今年の2月ごろにGoogleがAMP(Accelerated Mobile Pages Project)を発表しました。直訳すると「加速モバイルページプロジェクト」ですね。そのまんま。
ギター弾きやオーディオマニアだとAMPと聞いて連想するのはギターアンプやらオーディオアンプだけど、こちらはモバイルで閲覧された時に表示を高速化するページの仕組みだそうな。
https://www.ampproject.org

静的HTMLで書こうとすると結構な手間みたいだけど、WordPressならプラグインで一発。そう、WordPressならね。←言ってみたかっただけ。

あといくつか設定やコードを見直して不要なプラグインを削除しました。

WordPress AMPプラグインをインストール

まずは単純にWordPress AMPプラグインをダウンロードしてインストール。
https://wordpress.org/plugins/amp/

AMPページは、こんな感じで最低限のCSSとJSが反映された非常にシンプルなページになります。
https://hetaremac.com/web/4481/amp/

これでAMP対応終わり…ではなく、大抵のサイトはエラーが出まくっているはずです。

エラーの確認と対処

例えば、Google ChromeやFirefoxのデベロッパーツールで以下の手順で確認すると、正しくコーディングできているかどうか検証できます。
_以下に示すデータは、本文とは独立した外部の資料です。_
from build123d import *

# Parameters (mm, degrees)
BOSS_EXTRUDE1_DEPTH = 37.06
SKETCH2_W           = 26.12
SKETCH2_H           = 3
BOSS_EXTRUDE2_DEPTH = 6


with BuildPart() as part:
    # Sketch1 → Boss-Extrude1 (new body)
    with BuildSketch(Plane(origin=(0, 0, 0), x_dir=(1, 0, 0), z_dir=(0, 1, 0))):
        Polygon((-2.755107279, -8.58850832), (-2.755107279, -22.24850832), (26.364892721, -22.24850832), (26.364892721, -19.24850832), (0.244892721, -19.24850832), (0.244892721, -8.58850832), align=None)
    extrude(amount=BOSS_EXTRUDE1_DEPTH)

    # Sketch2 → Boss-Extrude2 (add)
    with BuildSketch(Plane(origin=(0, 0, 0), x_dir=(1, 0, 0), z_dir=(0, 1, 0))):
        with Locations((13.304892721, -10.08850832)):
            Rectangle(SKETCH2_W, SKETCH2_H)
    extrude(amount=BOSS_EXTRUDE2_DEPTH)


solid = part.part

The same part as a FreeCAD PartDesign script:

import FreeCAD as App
import Part
import Sketcher
from FreeCAD import Vector

doc = App.newDocument("Part")
body = doc.addObject("PartDesign::Body", "Body")

sketch1 = body.newObject("Sketcher::SketchObject", "Sketch")
sketch1.AttachmentSupport = (doc.getObject("XZ_Plane"), [""])
sketch1.MapMode = "FlatFace"
sketch1.addGeometry(Part.LineSegment(Vector(-2.8, 8.6, 0), Vector(-2.8, 22.2, 0)), False)
sketch1.addGeometry(Part.LineSegment(Vector(-2.8, 22.2, 0), Vector(26.4, 22.2, 0)), False)
sketch1.addGeometry(Part.LineSegment(Vector(26.4, 22.2, 0), Vector(26.4, 19.2, 0)), False)
sketch1.addGeometry(Part.LineSegment(Vector(26.4, 19.2, 0), Vector(0.2, 19.2, 0)), False)
sketch1.addGeometry(Part.LineSegment(Vector(0.2, 19.2, 0), Vector(0.2, 8.6, 0)), False)
sketch1.addGeometry(Part.LineSegment(Vector(0.2, 8.6, 0), Vector(-2.8, 8.6, 0)), False)
sketch1.addConstraint(Sketcher.Constraint("Coincident", 0, 2, 1, 1))
sketch1.addConstraint(Sketcher.Constraint("Coincident", 1, 2, 2, 1))
sketch1.addConstraint(Sketcher.Constraint("Coincident", 2, 2, 3, 1))
sketch1.addConstraint(Sketcher.Constraint("Coincident", 3, 2, 4, 1))
sketch1.addConstraint(Sketcher.Constraint("Coincident", 4, 2, 5, 1))
sketch1.addConstraint(Sketcher.Constraint("Coincident", 5, 2, 0, 1))
sketch1.addConstraint(Sketcher.Constraint("Vertical", 0))
sketch1.addConstraint(Sketcher.Constraint("Horizontal", 1))
sketch1.addConstraint(Sketcher.Constraint("Vertical", 2))
sketch1.addConstraint(Sketcher.Constraint("Horizontal", 3))
sketch1.addConstraint(Sketcher.Constraint("Vertical", 4))
sketch1.addConstraint(Sketcher.Constraint("Horizontal", 5))
sketch1.addConstraint(Sketcher.Constraint("Equal", 5, 2))
sketch1.addConstraint(Sketcher.Constraint("DistanceX", 5, 2, 5, 1, 3.0))
sketch1.addConstraint(Sketcher.Constraint("DistanceX", 1, 1, 1, 2, 29.12))
sketch1.addConstraint(Sketcher.Constraint("DistanceY", 0, 1, 0, 2, 13.66))
sketch1.addConstraint(Sketcher.Constraint("DistanceY", -1, 1, 0, 2, 22.248508))
sketch1.addConstraint(Sketcher.Constraint("DistanceX", 0, 2, -1, 1, 2.755107))
pad1 = body.newObject("PartDesign::Pad", "Pad")
pad1.Profile = sketch1
pad1.Length = 37.06
pad1.Reversed = True

sketch2 = body.newObject("Sketcher::SketchObject", "Sketch001")
sketch2.AttachmentSupport = (doc.getObject("XZ_Plane"), [""])
sketch2.MapMode = "FlatFace"
sketch2.addGeometry(Part.LineSegment(Vector(0.2, 8.6, 0), Vector(0.2, 11.6, 0)), False)
sketch2.addGeometry(Part.LineSegment(Vector(0.2, 11.6, 0), Vector(26.4, 11.6, 0)), False)
sketch2.addGeometry(Part.LineSegment(Vector(26.4, 11.6, 0), Vector(26.4, 8.6, 0)), False)
sketch2.addGeometry(Part.LineSegment(Vector(26.4, 8.6, 0), Vector(0.2, 8.6, 0)), False)
sketch2.addConstraint(Sketcher.Constraint("Coincident", 0, 2, 1, 1))
sketch2.addConstraint(Sketcher.Constraint("Coincident", 1, 2, 2, 1))
sketch2.addConstraint(Sketcher.Constraint("Coincident", 2, 2, 3, 1))
sketch2.addConstraint(Sketcher.Constraint("Coincident", 3, 2, 0, 1))
sketch2.addConstraint(Sketcher.Constraint("Vertical", 0))
sketch2.addConstraint(Sketcher.Constraint("Horizontal", 1))
sketch2.addConstraint(Sketcher.Constraint("Vertical", 2))
sketch2.addConstraint(Sketcher.Constraint("Horizontal", 3))
sketch2.addConstraint(Sketcher.Constraint("DistanceY", 0, 1, 0, 2, 3.0))
sketch2.addConstraint(Sketcher.Constraint("DistanceX", 1, 1, 1, 2, 26.12))
sketch2.addConstraint(Sketcher.Constraint("DistanceY", -1, 1, 0, 2, 11.588508))
sketch2.addConstraint(Sketcher.Constraint("DistanceX", -1, 1, 0, 2, 0.244893))
pad2 = body.newObject("PartDesign::Pad", "Pad001")
pad2.Profile = sketch2
pad2.Length = 6
pad2.Reversed = True

doc.recompute()
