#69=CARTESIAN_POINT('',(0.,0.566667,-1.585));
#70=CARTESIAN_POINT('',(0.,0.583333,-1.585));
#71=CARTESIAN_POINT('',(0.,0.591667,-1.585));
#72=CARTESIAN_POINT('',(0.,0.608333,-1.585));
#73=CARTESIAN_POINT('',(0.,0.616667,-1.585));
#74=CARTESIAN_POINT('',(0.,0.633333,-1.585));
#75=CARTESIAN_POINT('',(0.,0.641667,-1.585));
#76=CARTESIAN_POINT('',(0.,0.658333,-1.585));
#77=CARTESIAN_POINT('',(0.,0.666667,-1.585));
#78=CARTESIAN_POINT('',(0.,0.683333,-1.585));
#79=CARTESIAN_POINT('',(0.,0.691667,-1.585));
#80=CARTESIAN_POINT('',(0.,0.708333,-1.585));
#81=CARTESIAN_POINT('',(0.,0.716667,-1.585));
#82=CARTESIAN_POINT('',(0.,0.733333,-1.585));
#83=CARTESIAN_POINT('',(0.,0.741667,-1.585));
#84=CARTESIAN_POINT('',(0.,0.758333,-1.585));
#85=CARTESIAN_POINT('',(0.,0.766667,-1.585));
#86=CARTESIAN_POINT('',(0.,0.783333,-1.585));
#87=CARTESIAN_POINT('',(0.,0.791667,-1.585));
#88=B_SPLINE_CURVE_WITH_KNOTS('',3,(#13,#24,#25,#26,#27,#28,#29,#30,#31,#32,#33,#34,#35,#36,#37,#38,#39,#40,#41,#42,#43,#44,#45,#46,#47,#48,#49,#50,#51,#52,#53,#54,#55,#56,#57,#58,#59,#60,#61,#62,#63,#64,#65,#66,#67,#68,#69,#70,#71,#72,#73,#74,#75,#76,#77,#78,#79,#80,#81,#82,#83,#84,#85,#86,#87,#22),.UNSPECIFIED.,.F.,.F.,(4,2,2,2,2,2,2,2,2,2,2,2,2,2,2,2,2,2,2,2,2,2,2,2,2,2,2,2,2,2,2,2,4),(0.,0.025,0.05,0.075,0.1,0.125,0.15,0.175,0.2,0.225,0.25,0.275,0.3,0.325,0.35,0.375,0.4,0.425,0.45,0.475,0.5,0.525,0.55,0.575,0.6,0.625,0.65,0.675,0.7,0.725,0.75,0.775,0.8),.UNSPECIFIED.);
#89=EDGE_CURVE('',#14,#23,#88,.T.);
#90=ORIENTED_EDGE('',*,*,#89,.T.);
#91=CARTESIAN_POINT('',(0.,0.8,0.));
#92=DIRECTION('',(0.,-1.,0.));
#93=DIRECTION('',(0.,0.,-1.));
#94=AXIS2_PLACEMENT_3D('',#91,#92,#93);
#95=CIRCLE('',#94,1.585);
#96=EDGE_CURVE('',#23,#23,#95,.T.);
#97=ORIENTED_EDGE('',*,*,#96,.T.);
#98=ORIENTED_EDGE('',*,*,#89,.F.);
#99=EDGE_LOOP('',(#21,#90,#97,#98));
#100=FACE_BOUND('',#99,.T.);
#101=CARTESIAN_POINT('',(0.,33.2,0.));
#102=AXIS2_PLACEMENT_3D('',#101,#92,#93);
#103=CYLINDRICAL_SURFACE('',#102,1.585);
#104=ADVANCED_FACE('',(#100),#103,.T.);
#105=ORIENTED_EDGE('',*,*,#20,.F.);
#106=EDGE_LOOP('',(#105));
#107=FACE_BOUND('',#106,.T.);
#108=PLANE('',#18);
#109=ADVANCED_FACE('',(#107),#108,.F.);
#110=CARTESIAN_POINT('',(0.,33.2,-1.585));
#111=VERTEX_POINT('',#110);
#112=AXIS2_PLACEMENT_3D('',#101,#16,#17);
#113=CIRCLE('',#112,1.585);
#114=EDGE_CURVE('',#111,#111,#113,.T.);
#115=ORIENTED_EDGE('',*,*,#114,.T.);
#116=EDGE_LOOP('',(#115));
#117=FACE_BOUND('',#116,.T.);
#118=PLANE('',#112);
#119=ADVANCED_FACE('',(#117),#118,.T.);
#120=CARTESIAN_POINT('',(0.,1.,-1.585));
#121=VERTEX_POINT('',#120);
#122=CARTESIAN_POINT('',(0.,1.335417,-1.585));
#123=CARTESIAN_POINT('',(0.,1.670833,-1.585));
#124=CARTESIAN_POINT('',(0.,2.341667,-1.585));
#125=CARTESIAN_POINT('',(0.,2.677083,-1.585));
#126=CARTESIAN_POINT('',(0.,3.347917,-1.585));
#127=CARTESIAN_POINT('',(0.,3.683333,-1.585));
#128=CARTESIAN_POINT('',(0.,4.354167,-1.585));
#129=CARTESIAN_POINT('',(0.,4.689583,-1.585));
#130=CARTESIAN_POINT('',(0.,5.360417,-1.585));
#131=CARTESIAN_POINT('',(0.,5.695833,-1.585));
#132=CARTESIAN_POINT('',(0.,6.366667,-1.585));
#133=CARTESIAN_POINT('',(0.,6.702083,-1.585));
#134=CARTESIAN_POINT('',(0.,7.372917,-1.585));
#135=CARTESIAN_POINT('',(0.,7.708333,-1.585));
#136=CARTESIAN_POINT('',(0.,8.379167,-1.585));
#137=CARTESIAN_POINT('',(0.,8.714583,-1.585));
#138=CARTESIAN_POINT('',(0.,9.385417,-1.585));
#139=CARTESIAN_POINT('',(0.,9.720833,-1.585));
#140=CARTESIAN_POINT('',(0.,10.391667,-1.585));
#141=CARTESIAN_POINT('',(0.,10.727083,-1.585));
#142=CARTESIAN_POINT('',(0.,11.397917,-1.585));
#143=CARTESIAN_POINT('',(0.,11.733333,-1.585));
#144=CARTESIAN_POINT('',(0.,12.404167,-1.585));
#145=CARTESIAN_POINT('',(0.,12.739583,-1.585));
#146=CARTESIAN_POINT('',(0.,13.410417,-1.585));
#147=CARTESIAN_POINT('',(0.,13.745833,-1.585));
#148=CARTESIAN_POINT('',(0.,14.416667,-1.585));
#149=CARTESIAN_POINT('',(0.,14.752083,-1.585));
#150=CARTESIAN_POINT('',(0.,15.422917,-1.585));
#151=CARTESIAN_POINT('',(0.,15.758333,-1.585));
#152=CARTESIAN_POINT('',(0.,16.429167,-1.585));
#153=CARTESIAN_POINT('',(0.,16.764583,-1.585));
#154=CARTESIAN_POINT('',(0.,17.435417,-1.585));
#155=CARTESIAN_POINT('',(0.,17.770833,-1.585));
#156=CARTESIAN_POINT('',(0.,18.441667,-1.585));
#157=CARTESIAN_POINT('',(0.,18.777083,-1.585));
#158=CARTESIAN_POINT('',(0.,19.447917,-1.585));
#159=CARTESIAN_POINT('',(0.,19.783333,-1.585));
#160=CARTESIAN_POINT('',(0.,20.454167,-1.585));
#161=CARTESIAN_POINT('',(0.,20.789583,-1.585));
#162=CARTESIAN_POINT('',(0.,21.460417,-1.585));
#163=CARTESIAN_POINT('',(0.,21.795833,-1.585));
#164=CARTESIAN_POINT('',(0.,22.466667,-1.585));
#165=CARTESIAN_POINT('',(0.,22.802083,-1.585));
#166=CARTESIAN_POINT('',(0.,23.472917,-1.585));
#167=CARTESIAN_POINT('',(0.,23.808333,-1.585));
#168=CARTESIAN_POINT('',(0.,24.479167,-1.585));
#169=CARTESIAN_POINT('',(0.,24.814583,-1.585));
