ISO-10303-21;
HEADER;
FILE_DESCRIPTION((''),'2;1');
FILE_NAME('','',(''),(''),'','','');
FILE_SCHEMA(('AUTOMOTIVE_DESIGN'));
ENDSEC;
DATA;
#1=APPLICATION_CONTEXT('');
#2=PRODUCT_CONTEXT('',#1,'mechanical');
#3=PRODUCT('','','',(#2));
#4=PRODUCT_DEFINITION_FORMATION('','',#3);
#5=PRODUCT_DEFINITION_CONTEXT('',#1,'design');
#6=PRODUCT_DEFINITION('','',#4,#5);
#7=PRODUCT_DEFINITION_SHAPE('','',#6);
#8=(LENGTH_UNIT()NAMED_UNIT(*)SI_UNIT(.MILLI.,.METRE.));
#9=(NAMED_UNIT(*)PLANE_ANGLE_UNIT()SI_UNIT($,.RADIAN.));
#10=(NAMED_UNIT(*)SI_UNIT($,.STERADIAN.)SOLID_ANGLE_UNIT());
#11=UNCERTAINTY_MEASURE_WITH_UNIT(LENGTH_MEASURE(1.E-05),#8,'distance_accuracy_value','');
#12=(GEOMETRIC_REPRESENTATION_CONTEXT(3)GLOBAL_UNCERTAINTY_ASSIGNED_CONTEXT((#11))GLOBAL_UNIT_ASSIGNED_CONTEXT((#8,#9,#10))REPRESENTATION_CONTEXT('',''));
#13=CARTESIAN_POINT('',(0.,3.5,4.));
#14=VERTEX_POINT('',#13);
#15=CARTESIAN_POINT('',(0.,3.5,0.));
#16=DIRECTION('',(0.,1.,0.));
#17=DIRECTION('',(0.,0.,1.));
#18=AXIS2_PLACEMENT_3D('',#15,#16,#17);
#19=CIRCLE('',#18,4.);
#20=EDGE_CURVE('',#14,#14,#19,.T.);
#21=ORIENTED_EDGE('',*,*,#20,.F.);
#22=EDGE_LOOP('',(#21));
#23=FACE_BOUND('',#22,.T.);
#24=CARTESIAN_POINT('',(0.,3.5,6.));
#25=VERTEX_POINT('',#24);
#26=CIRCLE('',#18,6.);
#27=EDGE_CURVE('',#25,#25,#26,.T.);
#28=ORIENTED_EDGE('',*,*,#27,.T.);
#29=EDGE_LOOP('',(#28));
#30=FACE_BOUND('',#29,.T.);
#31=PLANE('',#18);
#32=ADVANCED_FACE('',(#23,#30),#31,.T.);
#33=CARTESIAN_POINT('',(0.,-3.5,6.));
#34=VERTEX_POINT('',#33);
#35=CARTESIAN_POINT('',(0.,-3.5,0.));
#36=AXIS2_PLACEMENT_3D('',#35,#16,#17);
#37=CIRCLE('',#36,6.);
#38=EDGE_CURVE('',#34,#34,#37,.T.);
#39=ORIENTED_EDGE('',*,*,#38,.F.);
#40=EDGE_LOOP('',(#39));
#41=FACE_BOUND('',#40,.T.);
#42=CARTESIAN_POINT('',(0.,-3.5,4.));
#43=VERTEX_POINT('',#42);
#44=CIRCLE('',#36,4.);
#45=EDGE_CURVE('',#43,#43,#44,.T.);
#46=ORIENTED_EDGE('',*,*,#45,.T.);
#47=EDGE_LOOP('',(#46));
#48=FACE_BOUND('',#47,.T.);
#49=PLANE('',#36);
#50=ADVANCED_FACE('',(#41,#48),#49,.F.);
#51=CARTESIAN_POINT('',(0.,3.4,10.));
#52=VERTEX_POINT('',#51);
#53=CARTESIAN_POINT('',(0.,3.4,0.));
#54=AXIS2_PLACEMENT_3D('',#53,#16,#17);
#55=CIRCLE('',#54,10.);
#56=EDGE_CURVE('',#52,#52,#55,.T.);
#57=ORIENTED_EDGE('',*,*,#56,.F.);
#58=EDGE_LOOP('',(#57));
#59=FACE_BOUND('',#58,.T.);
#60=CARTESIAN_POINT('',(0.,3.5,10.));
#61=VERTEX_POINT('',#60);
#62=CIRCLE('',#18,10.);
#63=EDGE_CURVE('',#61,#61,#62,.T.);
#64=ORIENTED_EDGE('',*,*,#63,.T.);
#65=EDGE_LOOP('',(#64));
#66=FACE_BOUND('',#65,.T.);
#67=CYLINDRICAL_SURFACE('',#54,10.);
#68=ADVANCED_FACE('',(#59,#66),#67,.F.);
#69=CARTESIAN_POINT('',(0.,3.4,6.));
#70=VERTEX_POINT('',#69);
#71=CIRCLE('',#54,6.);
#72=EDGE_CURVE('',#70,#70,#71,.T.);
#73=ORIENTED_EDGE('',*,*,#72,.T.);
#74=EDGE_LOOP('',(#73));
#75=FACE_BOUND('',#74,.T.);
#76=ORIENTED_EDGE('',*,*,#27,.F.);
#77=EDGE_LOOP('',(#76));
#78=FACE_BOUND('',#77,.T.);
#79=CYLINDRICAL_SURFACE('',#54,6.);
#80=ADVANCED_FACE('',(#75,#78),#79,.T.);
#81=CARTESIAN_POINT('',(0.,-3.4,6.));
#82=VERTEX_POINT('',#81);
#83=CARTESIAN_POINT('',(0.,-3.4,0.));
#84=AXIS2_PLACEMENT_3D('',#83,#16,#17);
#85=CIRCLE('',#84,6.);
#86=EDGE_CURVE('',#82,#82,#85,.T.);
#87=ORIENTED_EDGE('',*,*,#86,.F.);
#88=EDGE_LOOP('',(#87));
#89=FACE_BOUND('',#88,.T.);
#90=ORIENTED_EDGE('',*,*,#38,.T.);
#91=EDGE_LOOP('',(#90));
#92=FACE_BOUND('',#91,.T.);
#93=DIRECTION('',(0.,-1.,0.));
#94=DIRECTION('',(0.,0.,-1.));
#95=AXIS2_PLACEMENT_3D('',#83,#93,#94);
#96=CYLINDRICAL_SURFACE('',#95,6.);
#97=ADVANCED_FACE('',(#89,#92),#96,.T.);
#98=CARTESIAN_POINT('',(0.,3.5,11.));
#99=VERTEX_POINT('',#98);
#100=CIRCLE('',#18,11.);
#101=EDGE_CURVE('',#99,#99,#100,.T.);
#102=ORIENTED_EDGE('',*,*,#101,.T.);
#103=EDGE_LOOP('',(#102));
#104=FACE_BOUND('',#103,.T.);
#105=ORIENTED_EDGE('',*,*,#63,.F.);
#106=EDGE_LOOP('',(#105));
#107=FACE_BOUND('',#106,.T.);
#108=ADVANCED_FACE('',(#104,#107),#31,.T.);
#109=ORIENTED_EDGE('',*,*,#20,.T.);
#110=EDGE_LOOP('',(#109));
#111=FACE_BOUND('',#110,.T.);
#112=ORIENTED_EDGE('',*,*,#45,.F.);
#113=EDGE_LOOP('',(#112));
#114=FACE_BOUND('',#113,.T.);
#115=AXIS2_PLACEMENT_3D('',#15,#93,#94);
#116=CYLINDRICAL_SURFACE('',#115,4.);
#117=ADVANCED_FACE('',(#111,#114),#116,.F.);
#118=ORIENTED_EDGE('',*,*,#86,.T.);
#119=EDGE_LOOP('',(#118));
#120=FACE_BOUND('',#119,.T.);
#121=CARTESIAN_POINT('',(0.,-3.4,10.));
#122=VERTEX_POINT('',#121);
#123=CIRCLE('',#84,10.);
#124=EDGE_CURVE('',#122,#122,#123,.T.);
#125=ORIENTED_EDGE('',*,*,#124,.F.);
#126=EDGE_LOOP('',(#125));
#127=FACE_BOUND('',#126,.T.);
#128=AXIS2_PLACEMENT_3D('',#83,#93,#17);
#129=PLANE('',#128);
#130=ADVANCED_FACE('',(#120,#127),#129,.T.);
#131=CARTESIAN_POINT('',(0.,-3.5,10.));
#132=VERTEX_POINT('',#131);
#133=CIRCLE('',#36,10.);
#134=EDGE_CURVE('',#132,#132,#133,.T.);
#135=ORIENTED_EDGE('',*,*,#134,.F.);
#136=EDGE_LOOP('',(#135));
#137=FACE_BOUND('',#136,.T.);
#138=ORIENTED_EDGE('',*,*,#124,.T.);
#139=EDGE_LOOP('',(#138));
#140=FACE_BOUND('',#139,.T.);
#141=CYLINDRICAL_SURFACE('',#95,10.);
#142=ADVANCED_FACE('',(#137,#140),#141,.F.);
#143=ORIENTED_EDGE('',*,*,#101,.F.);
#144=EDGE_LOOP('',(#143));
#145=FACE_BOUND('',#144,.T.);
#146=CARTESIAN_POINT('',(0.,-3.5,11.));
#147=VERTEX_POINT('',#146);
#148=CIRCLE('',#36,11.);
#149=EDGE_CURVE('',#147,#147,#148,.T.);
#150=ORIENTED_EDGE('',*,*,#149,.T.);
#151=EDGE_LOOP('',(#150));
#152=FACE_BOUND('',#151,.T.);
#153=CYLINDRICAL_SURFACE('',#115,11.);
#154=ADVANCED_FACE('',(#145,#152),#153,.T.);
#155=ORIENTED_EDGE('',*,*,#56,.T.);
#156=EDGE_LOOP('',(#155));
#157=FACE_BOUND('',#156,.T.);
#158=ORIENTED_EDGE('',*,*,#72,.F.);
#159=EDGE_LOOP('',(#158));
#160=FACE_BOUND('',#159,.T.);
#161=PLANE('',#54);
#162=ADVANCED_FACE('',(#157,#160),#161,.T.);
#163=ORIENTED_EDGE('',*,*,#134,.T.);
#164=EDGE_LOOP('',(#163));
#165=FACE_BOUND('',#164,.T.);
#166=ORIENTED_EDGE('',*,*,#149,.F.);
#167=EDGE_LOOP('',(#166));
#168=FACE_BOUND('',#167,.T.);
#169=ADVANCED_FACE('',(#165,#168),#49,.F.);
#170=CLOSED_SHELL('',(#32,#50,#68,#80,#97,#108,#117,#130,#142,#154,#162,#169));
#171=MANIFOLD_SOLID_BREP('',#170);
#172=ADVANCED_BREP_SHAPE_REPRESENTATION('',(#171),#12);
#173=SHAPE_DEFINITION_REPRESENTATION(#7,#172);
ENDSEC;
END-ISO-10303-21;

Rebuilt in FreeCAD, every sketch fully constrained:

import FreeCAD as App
import Part
import Sketcher

doc = App.newDocument("Part")
body = doc.addObject("PartDesign::Body", "Body")

sketch1 = body.newObject("Sketcher::SketchObject", "Sketch")
sketch1.AttachmentSupport = (doc.getObject("XZ_Plane"), [""])
sketch1.MapMode = "FlatFace"
sketch1.addGeometry([
    Part.Circle(App.Vector(0, 0, 0), App.Vector(0, 0, 1), 11),
    Part.Circle(App.Vector(0, 0, 0), App.Vector(0, 0, 1), 4),
], False)
sketch1.addConstraint([
    Sketcher.Constraint("Coincident", 0, 3, -1, 1),
    Sketcher.Constraint("Coincident", 1, 3, -1, 1),
    Sketcher.Constraint("Diameter", 0, 22.0),
    Sketcher.Constraint("Diameter", 1, 8.0),
])
pad1 = body.newObject("PartDesign::Pad", "Pad")
pad1.Profile = sketch1
pad1.Length = 7
pad1.Midplane = True

sketch2 = body.newObject("Sketcher::SketchObject", "Sketch001")
sketch2.AttachmentSupport = (doc.getObject("XZ_Plane"), [""])
sketch2.MapMode = "FlatFace"
sketch2.AttachmentOffset = App.Placement(App.Vector(0, 0, -3.5), App.Rotation())
sketch2.addGeometry([
    Part.Circle(App.Vector(0, 0, 0), App.Vector(0, 0, 1), 10),
    Part.Circle(App.Vector(0, 0, 0), App.Vector(0, 0, 1), 6),
], False)
sketch2.addConstraint([
    Sketcher.Constraint("Coincident", 0, 3, -1, 1),
    Sketcher.Constraint("Coincident", 1, 3, -1, 1),
    Sketcher.Constraint("Diameter", 0, 20.0),
    Sketcher.Constraint("Diameter", 1, 12.0),
])
pocket1 = body.newObject("PartDesign::Pocket", "Pocket")
pocket1.Profile = sketch2
pocket1.Length = 0.1
pocket1.Reversed = True
doc.recompute()

mirrored = body.newObject("PartDesign::Mirrored", "Mirrored")
mirrored.Originals = [pocket1]
mirrored.MirrorPlane = (doc.getObject("XZ_Plane"), [""])
body.Tip = mirrored

doc.recompute()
  1. AMPページを表示させてURL末尾に「#development=1」を付ける
  2. デベロッパーツールを起動する
  3. Consoleメニューを選択する

これで、「Powered by AMP ⚡ HTML – Version 〜」が出てくれば、AMPページとして認識されていることになります。

AMP HTMLの仕様通り正しくコーディングされていれば、「AMP validation successful.」と表示されます。

こんな感じ。

160508_amp

※スクリーンショットを撮ったつもりが撮っていなかったので、エラー除去後のもの。

AMP HTMLの仕様に沿っていれば、多少のエラーはあってもOKみたい。

160508_amp2

HTTPS化した名残で、Amazonの画像リンクがMixed Contentになっているが、「AMP validation successful.」と判定されている。

Google Search Consoleでも必ず確認すること。特にデベロッパーツールではエラー無しでも、「必須の構造化データ要素のエラー」なんかはSearch Consoleだけでエラー表示されるっぽい(たぶん)。

必須プロパティ欠落エラーを解消

このブログではサイトロゴを入れていなかったので、必須プロパティ欠落エラーが出ていた。

160508_amp4

そこで以下のコードをfunctions.phpに書きます。

// AMP pluginで logo情報追加
 add_filter( 'amp_post_template_metadata', 'xyz_amp_modify_json_metadata', 10, 2 );
 function xyz_amp_modify_json_metadata( $metadata, $post ) {
 $metadata['publisher']['logo'] = array(
 '@type' => 'ImageObject',
 'url' => "ロゴ画像のURL",
 'width' => "ロゴ画像の横幅(px)",
 'height' => "ロゴ画像の縦幅(px)",
 );
 return $metadata;
 }

urlにはロゴ画像のURLを、widthとheightはロゴ画像のサイズを入れる。ロゴ画像のサイズは横600px、縦60pxが良いみたい。ただしあんまり値が離れているとダメっぽい。最初600×150くらいのロゴにしていたらエラーが出た。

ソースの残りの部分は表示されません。